Any feedback would be very much appreciated. 
Thanks in advance  for your time.

Allan


----------



## MrHidley (1 Jul 2016)

I used one of these on my first ever tank, was pretty useless and after about a month I replaced it with pressurised co2. I would save your £15 and buy some liquid carbon.

If you think your plants need co2 my advice would be to choose different plants. You might be 5-10ppm if you're lucky with this.


----------



## SinkorSwim (1 Jul 2016)

Thanks for replying MrHidley,

I went ahead and bought this as I was out this afternoon and had the opportunity. You are probably right about it's effective use but it will have to do for the time being. I will look again if needs be for another option - I see the aqua one co2 95g kit is available for 35.00 and that might be a good bit better than the Tropica.


----------



## MrHidley (1 Jul 2016)

Co2 Fire Extinguishers are by far the cheapest in the long run, those little canisters need replacing often.


----------



## SinkorSwim (1 Jul 2016)

my tank is only 25 litres and on top of that I've got shrimp to keep alive and space constraints, so the smaller the better. the aqua one deal seems pretty reasonable, i'll need to research just how good it is and how shrimp friendly before buying.

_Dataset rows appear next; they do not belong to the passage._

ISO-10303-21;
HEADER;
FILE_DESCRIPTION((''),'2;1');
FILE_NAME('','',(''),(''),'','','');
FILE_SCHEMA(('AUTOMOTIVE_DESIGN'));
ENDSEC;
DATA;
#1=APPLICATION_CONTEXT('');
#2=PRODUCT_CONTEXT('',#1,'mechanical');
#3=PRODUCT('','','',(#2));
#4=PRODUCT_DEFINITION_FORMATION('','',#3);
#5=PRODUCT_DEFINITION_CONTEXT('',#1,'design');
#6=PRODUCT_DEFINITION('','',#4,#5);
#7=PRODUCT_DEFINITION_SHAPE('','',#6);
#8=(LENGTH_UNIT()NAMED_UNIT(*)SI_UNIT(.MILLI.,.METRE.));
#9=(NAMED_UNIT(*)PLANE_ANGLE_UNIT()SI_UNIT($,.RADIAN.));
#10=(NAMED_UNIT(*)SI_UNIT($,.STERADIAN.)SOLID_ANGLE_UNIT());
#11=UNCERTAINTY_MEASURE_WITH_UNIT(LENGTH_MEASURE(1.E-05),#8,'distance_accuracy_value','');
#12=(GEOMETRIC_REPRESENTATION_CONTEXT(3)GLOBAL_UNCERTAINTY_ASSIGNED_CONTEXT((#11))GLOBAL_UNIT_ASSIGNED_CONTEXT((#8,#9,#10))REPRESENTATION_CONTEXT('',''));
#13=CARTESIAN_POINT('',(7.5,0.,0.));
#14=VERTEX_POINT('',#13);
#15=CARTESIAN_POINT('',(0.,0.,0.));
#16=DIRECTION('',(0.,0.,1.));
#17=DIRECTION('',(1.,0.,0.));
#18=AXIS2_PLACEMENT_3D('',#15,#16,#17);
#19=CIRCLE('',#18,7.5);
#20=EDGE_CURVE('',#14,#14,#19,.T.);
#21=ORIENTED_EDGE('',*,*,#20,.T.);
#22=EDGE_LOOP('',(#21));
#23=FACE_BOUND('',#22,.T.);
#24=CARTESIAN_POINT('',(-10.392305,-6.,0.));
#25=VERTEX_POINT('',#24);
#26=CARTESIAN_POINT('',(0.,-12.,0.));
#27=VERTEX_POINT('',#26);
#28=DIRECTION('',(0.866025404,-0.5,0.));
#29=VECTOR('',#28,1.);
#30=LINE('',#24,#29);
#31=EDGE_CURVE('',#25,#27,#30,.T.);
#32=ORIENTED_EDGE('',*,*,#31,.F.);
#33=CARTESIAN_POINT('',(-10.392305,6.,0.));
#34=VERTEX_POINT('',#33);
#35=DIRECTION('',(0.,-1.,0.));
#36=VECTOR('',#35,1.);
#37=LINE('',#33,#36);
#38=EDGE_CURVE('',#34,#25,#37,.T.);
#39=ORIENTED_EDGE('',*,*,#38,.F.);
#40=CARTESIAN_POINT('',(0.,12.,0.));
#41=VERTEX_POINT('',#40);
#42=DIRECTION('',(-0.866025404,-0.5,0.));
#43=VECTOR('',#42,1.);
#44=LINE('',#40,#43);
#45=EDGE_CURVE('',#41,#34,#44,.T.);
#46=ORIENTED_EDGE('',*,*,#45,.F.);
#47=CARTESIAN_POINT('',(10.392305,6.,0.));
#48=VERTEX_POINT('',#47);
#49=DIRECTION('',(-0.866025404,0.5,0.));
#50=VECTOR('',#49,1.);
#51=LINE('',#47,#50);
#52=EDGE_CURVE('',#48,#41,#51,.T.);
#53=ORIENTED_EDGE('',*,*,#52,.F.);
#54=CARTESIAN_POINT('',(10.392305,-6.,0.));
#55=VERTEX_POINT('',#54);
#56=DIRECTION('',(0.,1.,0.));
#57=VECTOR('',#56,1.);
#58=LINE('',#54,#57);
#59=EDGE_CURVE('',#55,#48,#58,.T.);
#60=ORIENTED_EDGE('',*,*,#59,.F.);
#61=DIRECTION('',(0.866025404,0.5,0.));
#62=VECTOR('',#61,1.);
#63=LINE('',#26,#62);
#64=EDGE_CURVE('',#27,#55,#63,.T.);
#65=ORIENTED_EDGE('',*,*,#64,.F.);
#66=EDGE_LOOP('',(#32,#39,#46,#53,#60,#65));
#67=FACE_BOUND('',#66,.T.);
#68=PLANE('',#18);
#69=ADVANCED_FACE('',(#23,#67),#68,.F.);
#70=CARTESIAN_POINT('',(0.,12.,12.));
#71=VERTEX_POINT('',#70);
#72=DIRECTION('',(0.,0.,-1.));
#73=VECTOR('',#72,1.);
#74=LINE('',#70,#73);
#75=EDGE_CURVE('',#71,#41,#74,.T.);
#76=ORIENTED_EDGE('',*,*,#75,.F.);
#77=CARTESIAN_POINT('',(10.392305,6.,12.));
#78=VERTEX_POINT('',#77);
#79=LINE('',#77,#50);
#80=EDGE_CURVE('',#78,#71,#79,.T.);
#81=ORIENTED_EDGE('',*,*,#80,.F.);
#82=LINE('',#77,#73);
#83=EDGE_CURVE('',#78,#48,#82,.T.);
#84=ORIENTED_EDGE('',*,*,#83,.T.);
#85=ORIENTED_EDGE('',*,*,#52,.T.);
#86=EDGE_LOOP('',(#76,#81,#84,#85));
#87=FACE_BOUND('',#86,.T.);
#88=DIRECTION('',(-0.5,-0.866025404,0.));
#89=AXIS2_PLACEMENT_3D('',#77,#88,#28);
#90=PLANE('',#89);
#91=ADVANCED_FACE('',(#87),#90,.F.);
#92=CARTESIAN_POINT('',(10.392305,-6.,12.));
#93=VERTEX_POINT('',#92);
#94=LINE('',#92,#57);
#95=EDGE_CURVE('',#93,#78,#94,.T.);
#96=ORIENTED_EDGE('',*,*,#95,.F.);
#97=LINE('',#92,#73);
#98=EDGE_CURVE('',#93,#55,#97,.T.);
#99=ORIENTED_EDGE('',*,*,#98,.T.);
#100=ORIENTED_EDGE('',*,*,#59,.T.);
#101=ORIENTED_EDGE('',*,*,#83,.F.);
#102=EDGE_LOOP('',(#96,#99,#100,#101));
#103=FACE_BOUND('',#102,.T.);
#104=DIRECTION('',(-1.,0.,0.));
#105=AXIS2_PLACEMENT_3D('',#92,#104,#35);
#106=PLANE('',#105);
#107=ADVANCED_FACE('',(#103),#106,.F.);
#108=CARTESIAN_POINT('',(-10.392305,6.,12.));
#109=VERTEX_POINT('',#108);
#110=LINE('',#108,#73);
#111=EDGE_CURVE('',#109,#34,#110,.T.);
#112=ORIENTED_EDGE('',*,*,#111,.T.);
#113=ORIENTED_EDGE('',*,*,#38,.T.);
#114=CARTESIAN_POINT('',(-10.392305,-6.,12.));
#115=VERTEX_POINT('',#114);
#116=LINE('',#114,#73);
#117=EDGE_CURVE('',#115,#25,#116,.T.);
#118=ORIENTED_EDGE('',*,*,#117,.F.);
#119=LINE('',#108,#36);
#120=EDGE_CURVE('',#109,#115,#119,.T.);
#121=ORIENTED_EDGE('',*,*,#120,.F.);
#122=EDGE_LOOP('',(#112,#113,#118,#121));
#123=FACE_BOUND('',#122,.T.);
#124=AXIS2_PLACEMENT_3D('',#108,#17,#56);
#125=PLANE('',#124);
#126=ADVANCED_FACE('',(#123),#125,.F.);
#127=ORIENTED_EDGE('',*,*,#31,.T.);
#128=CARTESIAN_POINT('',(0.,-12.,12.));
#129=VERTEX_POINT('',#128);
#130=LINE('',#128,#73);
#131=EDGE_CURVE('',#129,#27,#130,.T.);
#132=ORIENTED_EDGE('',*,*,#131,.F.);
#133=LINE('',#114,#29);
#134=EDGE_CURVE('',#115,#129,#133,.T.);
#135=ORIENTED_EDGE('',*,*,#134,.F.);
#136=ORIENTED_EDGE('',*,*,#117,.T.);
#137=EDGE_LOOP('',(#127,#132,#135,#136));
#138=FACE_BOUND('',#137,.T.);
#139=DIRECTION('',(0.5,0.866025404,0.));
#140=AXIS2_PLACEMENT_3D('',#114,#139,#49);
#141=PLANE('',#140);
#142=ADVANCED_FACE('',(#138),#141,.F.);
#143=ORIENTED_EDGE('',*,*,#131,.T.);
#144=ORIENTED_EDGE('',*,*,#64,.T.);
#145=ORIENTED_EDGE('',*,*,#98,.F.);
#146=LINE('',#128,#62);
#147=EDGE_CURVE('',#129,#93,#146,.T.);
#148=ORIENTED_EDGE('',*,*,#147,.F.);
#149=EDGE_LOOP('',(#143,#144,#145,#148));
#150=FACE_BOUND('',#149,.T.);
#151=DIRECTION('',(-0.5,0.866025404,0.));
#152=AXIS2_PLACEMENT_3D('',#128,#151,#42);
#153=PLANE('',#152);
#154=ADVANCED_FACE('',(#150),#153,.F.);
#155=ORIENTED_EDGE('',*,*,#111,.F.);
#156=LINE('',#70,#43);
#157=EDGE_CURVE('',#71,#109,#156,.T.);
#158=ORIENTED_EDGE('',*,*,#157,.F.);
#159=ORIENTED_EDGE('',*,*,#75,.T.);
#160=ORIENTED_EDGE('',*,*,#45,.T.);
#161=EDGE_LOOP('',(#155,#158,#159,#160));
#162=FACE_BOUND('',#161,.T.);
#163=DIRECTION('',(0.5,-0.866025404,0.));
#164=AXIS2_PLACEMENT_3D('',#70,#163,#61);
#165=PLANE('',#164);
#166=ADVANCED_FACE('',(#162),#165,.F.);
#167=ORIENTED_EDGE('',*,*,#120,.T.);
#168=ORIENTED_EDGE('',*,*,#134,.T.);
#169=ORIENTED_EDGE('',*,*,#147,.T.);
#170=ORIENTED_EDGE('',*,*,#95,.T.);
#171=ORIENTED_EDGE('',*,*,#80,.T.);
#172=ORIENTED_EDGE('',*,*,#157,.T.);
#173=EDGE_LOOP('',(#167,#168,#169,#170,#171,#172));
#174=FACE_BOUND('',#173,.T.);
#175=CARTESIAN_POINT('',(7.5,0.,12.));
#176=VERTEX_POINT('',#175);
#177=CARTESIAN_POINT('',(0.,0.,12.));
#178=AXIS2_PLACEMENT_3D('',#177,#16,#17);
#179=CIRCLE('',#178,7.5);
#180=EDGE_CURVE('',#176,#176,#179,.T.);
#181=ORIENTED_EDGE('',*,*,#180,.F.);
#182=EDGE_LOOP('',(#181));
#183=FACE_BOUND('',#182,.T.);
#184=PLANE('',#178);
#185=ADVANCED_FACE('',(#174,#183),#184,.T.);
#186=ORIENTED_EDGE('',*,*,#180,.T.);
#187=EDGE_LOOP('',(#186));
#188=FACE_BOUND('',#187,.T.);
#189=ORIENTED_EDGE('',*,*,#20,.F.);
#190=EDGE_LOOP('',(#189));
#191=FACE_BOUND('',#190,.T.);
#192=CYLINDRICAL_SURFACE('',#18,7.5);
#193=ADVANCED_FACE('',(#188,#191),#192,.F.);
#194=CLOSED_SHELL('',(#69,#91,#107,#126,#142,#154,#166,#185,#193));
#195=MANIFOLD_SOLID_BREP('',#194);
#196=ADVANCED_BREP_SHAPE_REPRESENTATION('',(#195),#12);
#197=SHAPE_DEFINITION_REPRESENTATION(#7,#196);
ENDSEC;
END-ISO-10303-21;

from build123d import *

# Parameters (mm, degrees)
BOSS_EXTRUDE1_DEPTH     = 12
CUT_EXTRUDE1_DEPTH      = 20.899748742
CUT_EXTRUDE1_DEPTH_BACK = 20.899748742
SKETCH2_R               = 7.5


with BuildPart() as part:
    # Sketch1 → Boss-Extrude1 (new body)
    with BuildSketch(Plane.XY):
        Polygon((0, -12), (10.392304845, -6), (10.392304845, 6), (0, 12), (-10.392304845, 6), (-10.392304845, -6), align=None)
    extrude(amount=BOSS_EXTRUDE1_DEPTH)

    # Sketch2 → Cut-Extrude1 (cut, two sides: drawn at the far end of the back side and taken through both)
    with BuildSketch(Plane.XY.offset(12).offset(-CUT_EXTRUDE1_DEPTH_BACK)):
        Circle(SKETCH2_R)
    extrude(amount=CUT_EXTRUDE1_DEPTH + CUT_EXTRUDE1_DEPTH_BACK, mode=Mode.SUBTRACT)


solid = part.part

Liquid carbon might be the best option as you've already suggested. lots of food for thought methinks.


----------



## MrHidley (2 Jul 2016)

What kind of plants are you growing?


----------



## SinkorSwim (2 Jul 2016)

I have crypt, Alternanthera X2 and Cuba just planted yesterday hence the co2 decision. I do need it just not sure how to cheaply and safely administer it. Oh and phillipean fern and a little flame moss which is slowly spreading.


----------



## MrHidley (2 Jul 2016)

It's incredibly unlikely that Cuba will grow using this system. You will need pressurised co2 to grow it, and without it, it will melt pretty quickly. Try Monte Carlo instead.


----------



## SinkorSwim (2 Jul 2016)

This is my fear, although it was pearling last night so I'm taking that as a good sign. I'm afraid I simply can't afford s pressurised co2 system right now however,  I'm on the look out right enough, but a co2 system comes after the bills and other commitments sadly.


----------



## MrHidley (2 Jul 2016)

SinkorSwim said:


> This is my fear, although it was pearling last night so I'm taking that as a good sign. I'm afraid I simply can't afford s pressurised co2 system right now however,  I'm on the look out right enough, but a co2 system comes after the bills and other commitments sadly.

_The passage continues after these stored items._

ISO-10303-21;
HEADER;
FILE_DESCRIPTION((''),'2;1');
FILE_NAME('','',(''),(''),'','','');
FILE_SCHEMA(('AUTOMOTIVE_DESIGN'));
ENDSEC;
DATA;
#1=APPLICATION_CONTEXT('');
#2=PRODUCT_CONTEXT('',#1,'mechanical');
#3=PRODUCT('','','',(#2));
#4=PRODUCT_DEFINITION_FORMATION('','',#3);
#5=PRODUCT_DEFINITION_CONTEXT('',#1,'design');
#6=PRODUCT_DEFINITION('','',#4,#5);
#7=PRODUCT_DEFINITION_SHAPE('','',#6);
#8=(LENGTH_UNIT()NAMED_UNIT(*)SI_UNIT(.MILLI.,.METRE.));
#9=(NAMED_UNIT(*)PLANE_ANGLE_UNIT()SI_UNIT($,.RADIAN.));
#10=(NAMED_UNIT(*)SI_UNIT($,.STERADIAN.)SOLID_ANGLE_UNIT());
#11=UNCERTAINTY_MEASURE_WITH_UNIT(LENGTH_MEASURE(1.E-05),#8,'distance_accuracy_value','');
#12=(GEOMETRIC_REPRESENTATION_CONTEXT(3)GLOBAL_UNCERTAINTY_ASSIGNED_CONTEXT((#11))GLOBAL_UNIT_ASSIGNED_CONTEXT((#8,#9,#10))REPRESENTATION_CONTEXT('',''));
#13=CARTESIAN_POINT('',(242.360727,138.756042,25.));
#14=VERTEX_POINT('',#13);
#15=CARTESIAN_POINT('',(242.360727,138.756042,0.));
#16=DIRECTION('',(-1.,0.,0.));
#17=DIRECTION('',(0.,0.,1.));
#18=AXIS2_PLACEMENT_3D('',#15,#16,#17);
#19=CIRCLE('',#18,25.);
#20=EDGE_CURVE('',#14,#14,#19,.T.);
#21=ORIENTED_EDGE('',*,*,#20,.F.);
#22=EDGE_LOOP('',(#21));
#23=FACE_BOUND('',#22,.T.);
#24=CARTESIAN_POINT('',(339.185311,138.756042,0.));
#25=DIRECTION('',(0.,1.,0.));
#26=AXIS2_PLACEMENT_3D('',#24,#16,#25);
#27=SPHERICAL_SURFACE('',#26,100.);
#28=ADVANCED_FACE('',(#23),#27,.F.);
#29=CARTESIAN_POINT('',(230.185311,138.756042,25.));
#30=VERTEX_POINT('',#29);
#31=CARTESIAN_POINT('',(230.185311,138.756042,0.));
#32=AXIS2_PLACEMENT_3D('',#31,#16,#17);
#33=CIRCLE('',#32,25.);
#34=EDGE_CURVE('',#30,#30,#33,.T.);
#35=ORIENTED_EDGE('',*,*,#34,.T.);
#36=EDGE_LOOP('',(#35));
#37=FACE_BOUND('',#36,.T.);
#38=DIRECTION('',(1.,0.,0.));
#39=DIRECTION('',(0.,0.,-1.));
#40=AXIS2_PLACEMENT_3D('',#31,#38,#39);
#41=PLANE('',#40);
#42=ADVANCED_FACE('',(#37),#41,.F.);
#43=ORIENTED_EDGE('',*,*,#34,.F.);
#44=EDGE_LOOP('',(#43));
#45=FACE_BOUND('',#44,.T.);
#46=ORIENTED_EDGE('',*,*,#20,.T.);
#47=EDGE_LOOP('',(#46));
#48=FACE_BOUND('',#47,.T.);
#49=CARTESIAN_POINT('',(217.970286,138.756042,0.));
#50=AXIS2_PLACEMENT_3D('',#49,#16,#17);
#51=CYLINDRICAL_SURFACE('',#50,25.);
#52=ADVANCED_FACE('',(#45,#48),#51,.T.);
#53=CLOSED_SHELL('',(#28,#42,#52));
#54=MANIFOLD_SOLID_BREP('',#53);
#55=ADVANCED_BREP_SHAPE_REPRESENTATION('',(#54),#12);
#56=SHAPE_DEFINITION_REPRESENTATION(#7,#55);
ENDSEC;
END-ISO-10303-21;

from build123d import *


with BuildPart() as part:
    # 草图1 → 旋转1 (revolve)
    with BuildSketch(Plane.XY):
        with BuildLine():
            Line((230.18531107, 138.756042247), (230.18531107, 163.756042247))
            Line((230.18531107, 163.756042247), (242.360727415, 163.756042247))
            ThreePointArc((242.360727415, 163.756042247), (239.982341443, 151.356471495), (239.18531107, 138.756042247))
            Line((239.18531107, 138.756042247), (230.18531107, 138.756042247))
        make_face()
    revolve(axis=Axis((217.970286004, 138.756042247, 0), (1, 0, 0)))


solid = part.part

Pearling unfortunately isn't a sign of plant health (other's correct me if I'm wrong) just that they are photosynthesizing, not that they are necessarily getting the required nutrients for healthy growth. My advice would be, if it dies off, replace it with some monte-carlo, it is a far less demanding plant that gives a very similar effect.


----------



## SinkorSwim (3 Jul 2016)

That is exactly what I'll do, I'm looking for as fine a stemmed carpet plant as I can and the Cuba looked lovely. I've got the aquaone co2 95g ready to be paid for as it's the only way I can effectively get co2 to the plants that need it. The fire extinguisher is overkill or my 27 litre tank, and I really don't want to go down the yeast Diy road. 

Originally my plan was to have a shrimp aquarium, with a moss ball and some flame moss but my interest piqued when u watched a few you tube vids. I decided to buy an Alternanthera mini, a rosenervaig some Cuba etc and although I've bitten off a lot more than I should have as a first time planter I am really enjoying the attention to detail and I'm watching the plants keenly for evidence of decay or growth. 
So the final ingredient and one I've learned is perhaps the most important is the co2. 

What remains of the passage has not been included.